This final act prior to His death settles once and for all who is responsible for Jesus’ fate. Though anti-Semites want to slap blame on the Jews for handing Him over and others want to find Pilate and the Roman government guilty for actually performing the execution, this verse makes it abundantly clear. No one took Jesus’ life. He, because of His own authority, gave it up of His own accord (see John 10:17-18) in this final act of obedience (see John 8:29; 14:31).

So What?

It is still finished today! This is the good news—that because Jesus went through the horrors we saw in these four perspectives of the cross, we do not have to. This is the good news—that because sin has already been punished through Jesus, we can apprehend the grace of God and not His wrath demonstrated in this passage. This is the good news—that because Jesus stood in our place, we can stand in right relationship with God. This is the good news—that because Jesus was faithful to the end, we through faith will know no end. Because Jesus was able to say, “it is finished” we can say “we are not finished” in this world in which we live.

Do you know that “it is finished”? Have you apprehended in faith all that is to be gained because of what Jesus accomplished on Golgotha 200 years ago?

Poem by S.W. Gandy:
    He hell in hell laid low;
    Made sin, he sin o’erthrew
    Bowed to the grace, destroyed it so,
    And death, by dying, slew. 

Have you forgotten, O’ Christian that “it is finished”? Do you find yourself doubting that you are really saved, that you have to add something to what Jesus has accomplished, or believe you are still somehow guilty and at risk of receiving punishment for your iniquities.

The beauty about Jesus’ terse statement is that it portrays His death as a once-for-all kind of event.

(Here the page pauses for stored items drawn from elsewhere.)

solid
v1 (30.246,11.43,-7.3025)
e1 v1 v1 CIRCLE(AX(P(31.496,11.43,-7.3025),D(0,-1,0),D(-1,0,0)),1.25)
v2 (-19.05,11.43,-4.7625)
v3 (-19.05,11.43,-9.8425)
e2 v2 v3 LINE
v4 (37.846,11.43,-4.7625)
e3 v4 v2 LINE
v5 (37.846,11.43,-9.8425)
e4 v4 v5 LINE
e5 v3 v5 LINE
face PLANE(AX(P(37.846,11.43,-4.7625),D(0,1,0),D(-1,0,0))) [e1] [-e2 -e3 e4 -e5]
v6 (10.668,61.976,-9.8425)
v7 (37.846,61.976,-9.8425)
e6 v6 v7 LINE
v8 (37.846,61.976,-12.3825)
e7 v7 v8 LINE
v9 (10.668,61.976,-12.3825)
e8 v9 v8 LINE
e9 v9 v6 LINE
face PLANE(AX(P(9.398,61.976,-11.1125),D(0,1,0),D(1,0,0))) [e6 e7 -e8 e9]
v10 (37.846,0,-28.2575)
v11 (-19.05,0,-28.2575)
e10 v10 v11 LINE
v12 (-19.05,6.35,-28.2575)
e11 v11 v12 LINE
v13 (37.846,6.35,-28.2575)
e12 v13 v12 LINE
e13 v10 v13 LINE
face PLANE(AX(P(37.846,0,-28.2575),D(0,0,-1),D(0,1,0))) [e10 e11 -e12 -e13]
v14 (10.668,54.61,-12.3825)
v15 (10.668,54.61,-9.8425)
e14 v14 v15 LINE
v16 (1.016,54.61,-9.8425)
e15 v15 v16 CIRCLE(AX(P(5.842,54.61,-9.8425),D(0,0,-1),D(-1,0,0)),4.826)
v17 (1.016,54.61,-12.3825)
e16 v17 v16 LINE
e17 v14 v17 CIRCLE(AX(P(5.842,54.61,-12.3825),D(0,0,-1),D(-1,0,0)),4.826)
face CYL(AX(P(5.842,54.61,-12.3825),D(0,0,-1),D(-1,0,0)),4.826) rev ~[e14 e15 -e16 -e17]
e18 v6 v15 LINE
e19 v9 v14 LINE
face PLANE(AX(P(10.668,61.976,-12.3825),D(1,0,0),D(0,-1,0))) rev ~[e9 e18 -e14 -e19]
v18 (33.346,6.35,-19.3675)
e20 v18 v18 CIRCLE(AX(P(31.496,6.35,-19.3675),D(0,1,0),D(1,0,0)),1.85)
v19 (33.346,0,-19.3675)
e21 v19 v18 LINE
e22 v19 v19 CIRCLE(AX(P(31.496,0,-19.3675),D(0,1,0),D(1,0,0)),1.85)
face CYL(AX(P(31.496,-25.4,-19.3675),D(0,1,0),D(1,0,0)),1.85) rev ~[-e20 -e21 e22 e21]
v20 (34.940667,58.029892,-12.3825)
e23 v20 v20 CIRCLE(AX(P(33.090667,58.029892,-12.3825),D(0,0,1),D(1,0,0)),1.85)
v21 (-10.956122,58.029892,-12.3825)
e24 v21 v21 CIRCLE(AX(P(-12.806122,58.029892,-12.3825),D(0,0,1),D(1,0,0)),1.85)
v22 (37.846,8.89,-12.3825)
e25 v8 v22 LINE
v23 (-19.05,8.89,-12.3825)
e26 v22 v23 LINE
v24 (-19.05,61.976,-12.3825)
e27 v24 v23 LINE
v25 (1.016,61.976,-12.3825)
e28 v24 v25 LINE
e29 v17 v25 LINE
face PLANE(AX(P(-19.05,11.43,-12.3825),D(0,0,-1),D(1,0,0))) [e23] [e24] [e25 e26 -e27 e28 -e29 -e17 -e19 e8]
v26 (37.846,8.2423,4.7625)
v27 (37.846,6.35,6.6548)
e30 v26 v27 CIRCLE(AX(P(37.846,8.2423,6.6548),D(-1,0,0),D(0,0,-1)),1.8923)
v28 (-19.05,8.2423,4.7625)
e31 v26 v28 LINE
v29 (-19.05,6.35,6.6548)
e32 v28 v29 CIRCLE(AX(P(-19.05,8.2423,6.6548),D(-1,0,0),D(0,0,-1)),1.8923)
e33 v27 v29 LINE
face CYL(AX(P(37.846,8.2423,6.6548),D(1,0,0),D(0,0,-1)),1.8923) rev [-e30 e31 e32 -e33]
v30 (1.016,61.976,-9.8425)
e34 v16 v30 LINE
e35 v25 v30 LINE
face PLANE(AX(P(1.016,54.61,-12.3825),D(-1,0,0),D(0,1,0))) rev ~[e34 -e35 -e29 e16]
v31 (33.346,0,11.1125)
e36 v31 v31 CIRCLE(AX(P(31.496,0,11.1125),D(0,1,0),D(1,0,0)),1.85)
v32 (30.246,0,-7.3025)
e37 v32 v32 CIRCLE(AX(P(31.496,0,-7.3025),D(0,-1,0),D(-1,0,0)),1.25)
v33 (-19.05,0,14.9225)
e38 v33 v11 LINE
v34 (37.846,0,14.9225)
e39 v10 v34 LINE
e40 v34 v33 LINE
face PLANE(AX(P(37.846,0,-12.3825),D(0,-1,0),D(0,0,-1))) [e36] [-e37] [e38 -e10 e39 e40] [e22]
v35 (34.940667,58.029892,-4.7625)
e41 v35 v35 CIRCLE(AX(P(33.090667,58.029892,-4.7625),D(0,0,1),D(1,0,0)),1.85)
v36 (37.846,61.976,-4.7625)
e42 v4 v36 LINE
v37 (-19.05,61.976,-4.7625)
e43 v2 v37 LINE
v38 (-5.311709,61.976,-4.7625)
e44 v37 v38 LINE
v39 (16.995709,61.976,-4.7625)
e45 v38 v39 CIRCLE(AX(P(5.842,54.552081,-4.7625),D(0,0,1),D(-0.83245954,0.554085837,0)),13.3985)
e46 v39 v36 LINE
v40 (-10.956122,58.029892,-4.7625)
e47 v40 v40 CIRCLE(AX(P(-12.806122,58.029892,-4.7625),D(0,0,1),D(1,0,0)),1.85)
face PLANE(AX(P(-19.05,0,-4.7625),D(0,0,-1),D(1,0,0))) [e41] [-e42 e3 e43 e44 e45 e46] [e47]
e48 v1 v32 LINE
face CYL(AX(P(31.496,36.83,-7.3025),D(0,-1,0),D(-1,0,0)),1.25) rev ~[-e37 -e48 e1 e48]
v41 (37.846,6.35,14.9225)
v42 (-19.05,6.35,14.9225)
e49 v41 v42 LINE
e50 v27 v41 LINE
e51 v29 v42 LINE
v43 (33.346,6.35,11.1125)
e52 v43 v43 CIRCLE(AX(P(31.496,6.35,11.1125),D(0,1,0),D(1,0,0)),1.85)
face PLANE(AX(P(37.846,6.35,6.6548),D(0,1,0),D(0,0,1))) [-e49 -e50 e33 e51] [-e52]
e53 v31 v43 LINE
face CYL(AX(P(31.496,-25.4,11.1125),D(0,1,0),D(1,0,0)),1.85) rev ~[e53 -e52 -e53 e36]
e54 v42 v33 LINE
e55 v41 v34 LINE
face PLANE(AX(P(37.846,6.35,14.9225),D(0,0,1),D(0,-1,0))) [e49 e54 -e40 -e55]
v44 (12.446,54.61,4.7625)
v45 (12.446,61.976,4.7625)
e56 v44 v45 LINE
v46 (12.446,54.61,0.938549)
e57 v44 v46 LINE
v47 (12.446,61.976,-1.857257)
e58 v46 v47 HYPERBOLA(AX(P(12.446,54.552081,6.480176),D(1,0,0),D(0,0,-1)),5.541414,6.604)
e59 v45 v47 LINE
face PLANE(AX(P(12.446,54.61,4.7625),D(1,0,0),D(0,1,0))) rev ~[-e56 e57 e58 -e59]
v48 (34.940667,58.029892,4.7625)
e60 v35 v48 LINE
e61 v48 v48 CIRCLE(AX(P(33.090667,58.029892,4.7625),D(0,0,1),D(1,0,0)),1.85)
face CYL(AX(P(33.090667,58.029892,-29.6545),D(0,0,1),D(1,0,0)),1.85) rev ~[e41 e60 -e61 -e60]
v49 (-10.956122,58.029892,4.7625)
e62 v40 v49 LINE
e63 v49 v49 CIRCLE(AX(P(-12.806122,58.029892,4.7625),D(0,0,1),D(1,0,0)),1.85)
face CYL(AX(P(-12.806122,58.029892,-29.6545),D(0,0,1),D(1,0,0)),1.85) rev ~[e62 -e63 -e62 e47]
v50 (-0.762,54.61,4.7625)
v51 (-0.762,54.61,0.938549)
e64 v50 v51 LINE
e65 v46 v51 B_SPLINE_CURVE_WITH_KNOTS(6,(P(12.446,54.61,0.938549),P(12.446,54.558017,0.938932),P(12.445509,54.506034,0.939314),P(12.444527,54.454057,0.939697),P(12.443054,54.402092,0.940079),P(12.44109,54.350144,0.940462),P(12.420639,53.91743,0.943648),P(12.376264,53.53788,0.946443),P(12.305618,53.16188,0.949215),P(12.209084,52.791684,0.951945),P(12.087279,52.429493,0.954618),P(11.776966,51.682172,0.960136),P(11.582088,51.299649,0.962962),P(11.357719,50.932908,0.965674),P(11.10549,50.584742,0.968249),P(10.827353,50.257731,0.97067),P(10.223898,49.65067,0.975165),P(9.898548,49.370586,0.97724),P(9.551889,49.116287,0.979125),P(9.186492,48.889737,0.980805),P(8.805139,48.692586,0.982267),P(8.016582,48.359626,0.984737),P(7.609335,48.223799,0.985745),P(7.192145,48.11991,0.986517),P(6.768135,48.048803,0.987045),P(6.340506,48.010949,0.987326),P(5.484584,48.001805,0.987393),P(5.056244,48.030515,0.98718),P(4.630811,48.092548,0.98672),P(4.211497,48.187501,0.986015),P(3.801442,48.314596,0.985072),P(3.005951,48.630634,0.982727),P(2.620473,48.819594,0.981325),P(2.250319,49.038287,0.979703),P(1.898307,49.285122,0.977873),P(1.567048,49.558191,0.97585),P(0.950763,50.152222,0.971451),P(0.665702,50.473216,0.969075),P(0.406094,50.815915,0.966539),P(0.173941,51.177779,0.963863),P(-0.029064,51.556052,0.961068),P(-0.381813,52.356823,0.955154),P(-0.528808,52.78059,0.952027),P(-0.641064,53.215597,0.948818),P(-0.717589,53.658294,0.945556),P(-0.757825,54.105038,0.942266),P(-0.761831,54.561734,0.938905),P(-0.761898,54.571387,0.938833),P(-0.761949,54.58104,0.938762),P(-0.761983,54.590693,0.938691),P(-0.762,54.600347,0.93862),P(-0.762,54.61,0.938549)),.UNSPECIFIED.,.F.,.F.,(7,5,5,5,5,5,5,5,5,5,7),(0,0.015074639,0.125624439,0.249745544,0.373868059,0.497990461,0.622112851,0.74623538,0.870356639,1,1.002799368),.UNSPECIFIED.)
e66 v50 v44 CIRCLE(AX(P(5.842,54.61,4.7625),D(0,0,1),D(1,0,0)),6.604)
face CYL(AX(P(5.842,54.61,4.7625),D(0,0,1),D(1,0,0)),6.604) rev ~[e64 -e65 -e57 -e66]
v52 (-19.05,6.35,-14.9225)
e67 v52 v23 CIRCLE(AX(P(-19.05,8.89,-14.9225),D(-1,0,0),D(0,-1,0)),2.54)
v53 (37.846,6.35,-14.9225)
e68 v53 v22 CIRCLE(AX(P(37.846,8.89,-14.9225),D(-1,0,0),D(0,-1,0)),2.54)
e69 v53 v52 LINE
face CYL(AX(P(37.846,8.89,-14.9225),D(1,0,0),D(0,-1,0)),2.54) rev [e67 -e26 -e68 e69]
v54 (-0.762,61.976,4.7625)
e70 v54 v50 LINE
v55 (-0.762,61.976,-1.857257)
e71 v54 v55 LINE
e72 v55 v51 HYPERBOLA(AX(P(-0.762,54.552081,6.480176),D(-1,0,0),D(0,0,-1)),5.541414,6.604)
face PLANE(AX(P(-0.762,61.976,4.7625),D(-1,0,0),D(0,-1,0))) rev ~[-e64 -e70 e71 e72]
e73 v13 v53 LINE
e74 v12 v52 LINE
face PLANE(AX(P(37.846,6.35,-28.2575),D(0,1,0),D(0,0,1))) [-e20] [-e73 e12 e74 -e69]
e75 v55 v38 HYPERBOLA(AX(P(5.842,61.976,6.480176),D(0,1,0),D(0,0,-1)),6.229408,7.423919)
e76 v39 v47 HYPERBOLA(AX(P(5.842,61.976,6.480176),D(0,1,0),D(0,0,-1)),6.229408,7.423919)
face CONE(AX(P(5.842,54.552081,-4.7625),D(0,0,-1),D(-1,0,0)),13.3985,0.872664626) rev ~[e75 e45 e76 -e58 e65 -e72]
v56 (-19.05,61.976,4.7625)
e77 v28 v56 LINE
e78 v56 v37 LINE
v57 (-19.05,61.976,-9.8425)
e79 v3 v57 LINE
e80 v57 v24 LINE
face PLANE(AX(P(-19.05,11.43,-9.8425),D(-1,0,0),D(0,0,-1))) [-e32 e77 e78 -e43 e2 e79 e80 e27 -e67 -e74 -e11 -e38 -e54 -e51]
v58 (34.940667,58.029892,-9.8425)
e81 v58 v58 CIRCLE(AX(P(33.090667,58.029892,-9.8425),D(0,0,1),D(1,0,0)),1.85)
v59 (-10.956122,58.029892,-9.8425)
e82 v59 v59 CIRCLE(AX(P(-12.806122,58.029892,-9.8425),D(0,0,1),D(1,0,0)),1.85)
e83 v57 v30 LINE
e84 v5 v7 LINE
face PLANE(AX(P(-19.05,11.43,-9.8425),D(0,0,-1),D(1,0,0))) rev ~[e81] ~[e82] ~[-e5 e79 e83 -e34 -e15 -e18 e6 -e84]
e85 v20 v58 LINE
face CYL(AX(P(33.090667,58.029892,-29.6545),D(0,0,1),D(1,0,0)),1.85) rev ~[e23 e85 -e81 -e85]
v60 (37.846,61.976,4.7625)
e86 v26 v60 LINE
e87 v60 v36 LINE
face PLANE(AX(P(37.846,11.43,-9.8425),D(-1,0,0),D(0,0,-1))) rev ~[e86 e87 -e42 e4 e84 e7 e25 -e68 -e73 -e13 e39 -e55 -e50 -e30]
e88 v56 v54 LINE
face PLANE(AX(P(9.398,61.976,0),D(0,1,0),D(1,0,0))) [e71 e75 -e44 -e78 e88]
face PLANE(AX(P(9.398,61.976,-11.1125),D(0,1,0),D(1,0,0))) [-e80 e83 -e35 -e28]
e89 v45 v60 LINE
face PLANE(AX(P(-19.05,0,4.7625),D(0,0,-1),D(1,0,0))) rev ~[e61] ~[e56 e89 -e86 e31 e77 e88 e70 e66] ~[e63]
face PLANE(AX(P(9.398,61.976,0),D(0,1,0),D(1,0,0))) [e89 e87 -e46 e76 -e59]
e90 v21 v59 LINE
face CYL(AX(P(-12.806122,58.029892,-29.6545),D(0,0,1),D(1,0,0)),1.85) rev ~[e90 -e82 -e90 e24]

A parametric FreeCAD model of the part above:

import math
import FreeCAD as App
import Part
import Sketcher
Q = App.Units.Quantity


def faces_at(feature, points):
    """Names of the faces that lie closest to the given points."""
    faces = feature.Shape.Faces
    near = lambda p: min(range(len(faces)), key=lambda i: faces[i].distToShape(Part.Vertex(*p))[0])
    return sorted({f"Face{near(p) + 1}" for p in points})


def add_polygon(sketch, points):
    """Adds a closed chain of lines whose ends are joined by coincident constraints."""
    first, n = sketch.GeometryCount, len(points)
    for a, b in zip(points, points[1:] + points[:1]):
        sketch.addGeometry(Part.LineSegment(App.Vector(*a, 0), App.Vector(*b, 0)), False)
    for i in range(n):
        sketch.addConstraint(Sketcher.Constraint("Coincident", first + i, 2, first + (i + 1) % n, 1))

doc = App.newDocument("Part")
body = doc.addObject("PartDesign::Body", "Body")

sketch1 = body.newObject("Sketcher::SketchObject", "Sketch")
sketch1.AttachmentSupport = (doc.getObject("XZ_Plane"), [""])
sketch1.MapMode = "FlatFace"
add_polygon(sketch1, [(-19, -5), (-19, 5), (38, 5), (38, -5)])
sketch1.addConstraint([
    Sketcher.Constraint("Vertical", 0),
    Sketcher.Constraint("Horizontal", 1),
    Sketcher.Constraint("Vertical", 2),
    Sketcher.Constraint("Horizontal", 3),
    Sketcher.Constraint("DistanceX", 1, 1, 1, 2, Q("2.24 in")),
    Sketcher.Constraint("DistanceY", 0, 1, 0, 2, Q("0.375 in")),
    Sketcher.Constraint("DistanceX", 0, 2, -1, 1, Q("0.75 in")),
    Sketcher.Constraint("DistanceY", -1, 1, 0, 2, Q("0.1875 in")),
])
pad1 = body.newObject("PartDesign::Pad", "Pad")
pad1.Profile = sketch1
pad1.Length = Q("2.44 in")
pad1.Reversed = True
body2 = doc.addObject("PartDesign::Body", "Body001")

Christ died once for all sin. His completed act is as present today as it was when John wrote these incredible words! Let them reverberate in your mind and resonate in your heart. It is finished, and because it is finished, you, believer are not finished at all! Praise God! 

Monday, March 20, 2017

Long Night's Journey into Day Pt. 3 Mark 14:32-42

As Brianna and I look forward to welcoming our third child into the world I am again reminded of the significance of preparation. Car seats, setting cribs at the right height, getting the swing out of storage, rearranging the furniture—it all has to get done sometime and the time is now. However, at the same time I'm preparing for baby number three,  we are preparing our hearts for the celebration of Easter. During this time, I want us to reflect on what Christ did to get ready for what would be the most difficult part of His earthly ministry. No doubt the preparation he made for his long night’s journey into day was directly proportional to how well he persevered all the way to the cross. When we observe Jesus’ Christ’s example—how he prepared himself for the darkest moments of his life—we can learn how to prepare ourselves for the same in our own. In Mark 14:32-42 Jesus finds himself in a dark garden following the scene in the upper room. While there, he gives five statements that work together to teach the invaluable role of preparation in the life of every disciple as he or she seeks to do God’s will—even when it proves exceedingly difficult.  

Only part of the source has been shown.